QUINTO.-De conformidad con lo previsto en el artículo 398.2 de la Ley de Enjuiciamiento Civil , cuando sean estimadas las pretensiones de un recurso de apelación, no se condenará en las costas a ninguno de los litigantes.
Vistos los preceptos legales citados y demás general y pertinente aplicación al caso,
Fallo
Estimar parcialmente el recurso de apelación formulado por la representación procesal de DOÑA Marta , frente a la Sentencia de fecha 15 de abril de 2014 , dictada por la Sra.
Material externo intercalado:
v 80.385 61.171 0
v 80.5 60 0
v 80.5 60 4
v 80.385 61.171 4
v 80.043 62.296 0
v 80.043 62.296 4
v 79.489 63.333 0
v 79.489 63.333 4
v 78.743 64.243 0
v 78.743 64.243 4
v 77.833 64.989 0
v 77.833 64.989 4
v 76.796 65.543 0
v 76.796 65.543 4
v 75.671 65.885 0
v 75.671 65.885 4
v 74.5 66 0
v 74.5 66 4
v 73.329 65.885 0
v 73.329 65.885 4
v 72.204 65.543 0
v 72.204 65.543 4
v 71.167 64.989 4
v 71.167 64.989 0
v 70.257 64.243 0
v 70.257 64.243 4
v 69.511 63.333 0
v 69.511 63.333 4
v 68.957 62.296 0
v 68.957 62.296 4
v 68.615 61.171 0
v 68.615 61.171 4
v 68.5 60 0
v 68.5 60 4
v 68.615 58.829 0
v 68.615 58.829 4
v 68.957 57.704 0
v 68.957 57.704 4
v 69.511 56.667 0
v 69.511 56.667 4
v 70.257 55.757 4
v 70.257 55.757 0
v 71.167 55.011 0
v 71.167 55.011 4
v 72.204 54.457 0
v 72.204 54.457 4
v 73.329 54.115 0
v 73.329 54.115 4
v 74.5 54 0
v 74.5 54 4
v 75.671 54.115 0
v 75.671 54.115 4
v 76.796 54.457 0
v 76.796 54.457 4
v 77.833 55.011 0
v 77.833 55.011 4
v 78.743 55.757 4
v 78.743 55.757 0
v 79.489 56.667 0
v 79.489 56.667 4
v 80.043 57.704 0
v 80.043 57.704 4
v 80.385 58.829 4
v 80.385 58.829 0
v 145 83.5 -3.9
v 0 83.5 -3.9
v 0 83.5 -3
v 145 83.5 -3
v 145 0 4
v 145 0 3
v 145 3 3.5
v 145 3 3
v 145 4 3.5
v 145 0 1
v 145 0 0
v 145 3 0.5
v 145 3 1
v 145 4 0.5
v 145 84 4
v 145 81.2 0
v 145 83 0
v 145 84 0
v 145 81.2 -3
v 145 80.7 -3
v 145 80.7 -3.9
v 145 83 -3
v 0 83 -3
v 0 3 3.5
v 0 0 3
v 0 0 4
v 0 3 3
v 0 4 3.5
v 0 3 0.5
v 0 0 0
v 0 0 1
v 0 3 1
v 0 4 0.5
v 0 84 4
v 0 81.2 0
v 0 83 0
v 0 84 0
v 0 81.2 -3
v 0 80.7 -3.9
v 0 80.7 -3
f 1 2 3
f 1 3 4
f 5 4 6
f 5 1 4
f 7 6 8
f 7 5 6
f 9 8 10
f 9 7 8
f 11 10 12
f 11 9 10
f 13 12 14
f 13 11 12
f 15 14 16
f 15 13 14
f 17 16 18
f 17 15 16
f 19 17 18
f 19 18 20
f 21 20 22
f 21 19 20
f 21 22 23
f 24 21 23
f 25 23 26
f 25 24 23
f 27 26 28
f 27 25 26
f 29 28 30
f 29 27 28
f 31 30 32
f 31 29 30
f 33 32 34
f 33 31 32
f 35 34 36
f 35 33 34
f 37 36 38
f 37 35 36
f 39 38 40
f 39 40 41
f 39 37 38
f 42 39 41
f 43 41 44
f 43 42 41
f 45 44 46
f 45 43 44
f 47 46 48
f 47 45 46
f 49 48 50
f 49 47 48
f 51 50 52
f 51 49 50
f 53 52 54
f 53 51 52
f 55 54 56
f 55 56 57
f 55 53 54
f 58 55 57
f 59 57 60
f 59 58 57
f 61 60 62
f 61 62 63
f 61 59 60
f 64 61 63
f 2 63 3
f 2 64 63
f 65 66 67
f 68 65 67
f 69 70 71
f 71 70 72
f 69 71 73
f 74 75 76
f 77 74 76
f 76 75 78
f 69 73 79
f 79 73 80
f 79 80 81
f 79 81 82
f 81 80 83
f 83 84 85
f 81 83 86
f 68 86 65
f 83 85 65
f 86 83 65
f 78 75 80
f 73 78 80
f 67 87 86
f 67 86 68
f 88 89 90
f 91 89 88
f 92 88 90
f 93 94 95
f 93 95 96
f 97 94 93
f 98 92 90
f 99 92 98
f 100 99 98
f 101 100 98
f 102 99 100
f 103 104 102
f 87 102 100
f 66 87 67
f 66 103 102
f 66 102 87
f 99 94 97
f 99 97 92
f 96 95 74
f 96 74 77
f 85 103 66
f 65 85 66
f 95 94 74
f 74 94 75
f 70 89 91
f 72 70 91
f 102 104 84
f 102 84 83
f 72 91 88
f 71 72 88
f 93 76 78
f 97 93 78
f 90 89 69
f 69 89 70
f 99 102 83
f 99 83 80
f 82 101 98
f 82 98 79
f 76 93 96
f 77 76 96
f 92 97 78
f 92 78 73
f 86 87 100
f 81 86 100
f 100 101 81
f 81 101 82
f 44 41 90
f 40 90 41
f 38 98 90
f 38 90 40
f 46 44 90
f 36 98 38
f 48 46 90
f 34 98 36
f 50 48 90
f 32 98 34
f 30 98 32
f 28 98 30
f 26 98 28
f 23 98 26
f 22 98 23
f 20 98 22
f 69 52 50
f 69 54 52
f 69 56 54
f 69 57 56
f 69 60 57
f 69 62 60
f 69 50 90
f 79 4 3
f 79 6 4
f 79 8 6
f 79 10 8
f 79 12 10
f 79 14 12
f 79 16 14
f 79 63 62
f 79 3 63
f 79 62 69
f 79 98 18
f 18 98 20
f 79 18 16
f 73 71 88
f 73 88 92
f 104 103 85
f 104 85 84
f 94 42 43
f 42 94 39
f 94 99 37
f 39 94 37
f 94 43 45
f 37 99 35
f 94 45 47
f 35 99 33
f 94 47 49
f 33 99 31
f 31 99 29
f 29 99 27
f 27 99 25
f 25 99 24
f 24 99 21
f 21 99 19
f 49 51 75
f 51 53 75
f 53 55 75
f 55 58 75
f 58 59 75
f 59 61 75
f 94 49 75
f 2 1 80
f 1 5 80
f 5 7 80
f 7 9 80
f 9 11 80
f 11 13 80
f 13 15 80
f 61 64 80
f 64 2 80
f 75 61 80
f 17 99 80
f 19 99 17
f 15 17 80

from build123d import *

# Parameters (mm, degrees)
SKETCH150_W     = 145
SKETCH150_H     = 84
SKETCH150_R     = 6
PAD073_DEPTH    = 4
SKETCH179_W     = 1.8
SKETCH179_H     = 3
SKETCH179_W_2   = 2.8
SKETCH179_H_2   = 0.9
PAD084_DEPTH    = 145
SKETCH184_W     = 3
SKETCH184_H     = 2
SKETCH184_W_2   = 1
SKETCH184_H_2   = 3
POCKET108_DEPTH = 145


with BuildPart() as part:
    # Sketch150 → Pad073 (new body)
    with BuildSketch(Plane.XY):
        with Locations((72.5, 42)):
            Rectangle(SKETCH150_W, SKETCH150_H)
        with Locations((74.5, 60)):
            Circle(SKETCH150_R, mode=Mode.SUBTRACT)
    extrude(amount=PAD073_DEPTH)

    # Sketch179 → Pad084 (join)
    with BuildSketch(Plane.YZ):
        with Locations((82.1, -1.5)):
            Rectangle(SKETCH179_W, SKETCH179_H)
        with Locations((82.1, -3.45)):
            Rectangle(SKETCH179_W_2, SKETCH179_H_2)
    extrude(amount=PAD084_DEPTH)

    # Sketch184 → Pocket108 (cut)
    with BuildSketch(Plane.YZ):
        with Locations((1.5, 2)):
            Rectangle(SKETCH184_W, SKETCH184_H)
        with Locations((3.5, 2)):
            Rectangle(SKETCH184_W_2, SKETCH184_H_2)
    extrude(amount=POCKET108_DEPTH, mode=Mode.SUBTRACT)


solid = part.part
Juez del Juzgado de Primera Instancia número Dos de Ronda, en los autos de Divorcio N.º 544/2012 y autos acumulados seguidos con el nº 534/2012 del Juzgado de Primera Instancia número Uno de Ronda, a que este rollo se refiere, y, en su virtud, debemos acordar incrementar la cuantía de la pensión de alimentos a cargo de DON Herminio a favor de su hija menor a la cantidad de 200 euros mensuales, con efectos a partir de la presente sentencia, confirmándola en el resto de pronunciamientos, sin expresa imposición de las costas procesales devengadas en esta alzada.
Notifíquese la presente resolución a las partes personadas, devolviéndose seguidamente las actuaciones originales, con certificación de esta sentencia, al Juzgado de donde dimanan, a fin de que proceda llevar a cabo su cumplimiento.
Así por esta nuestra sentencia, definitivamente juzgando, lo pronunciamos, mandamos y firmamos.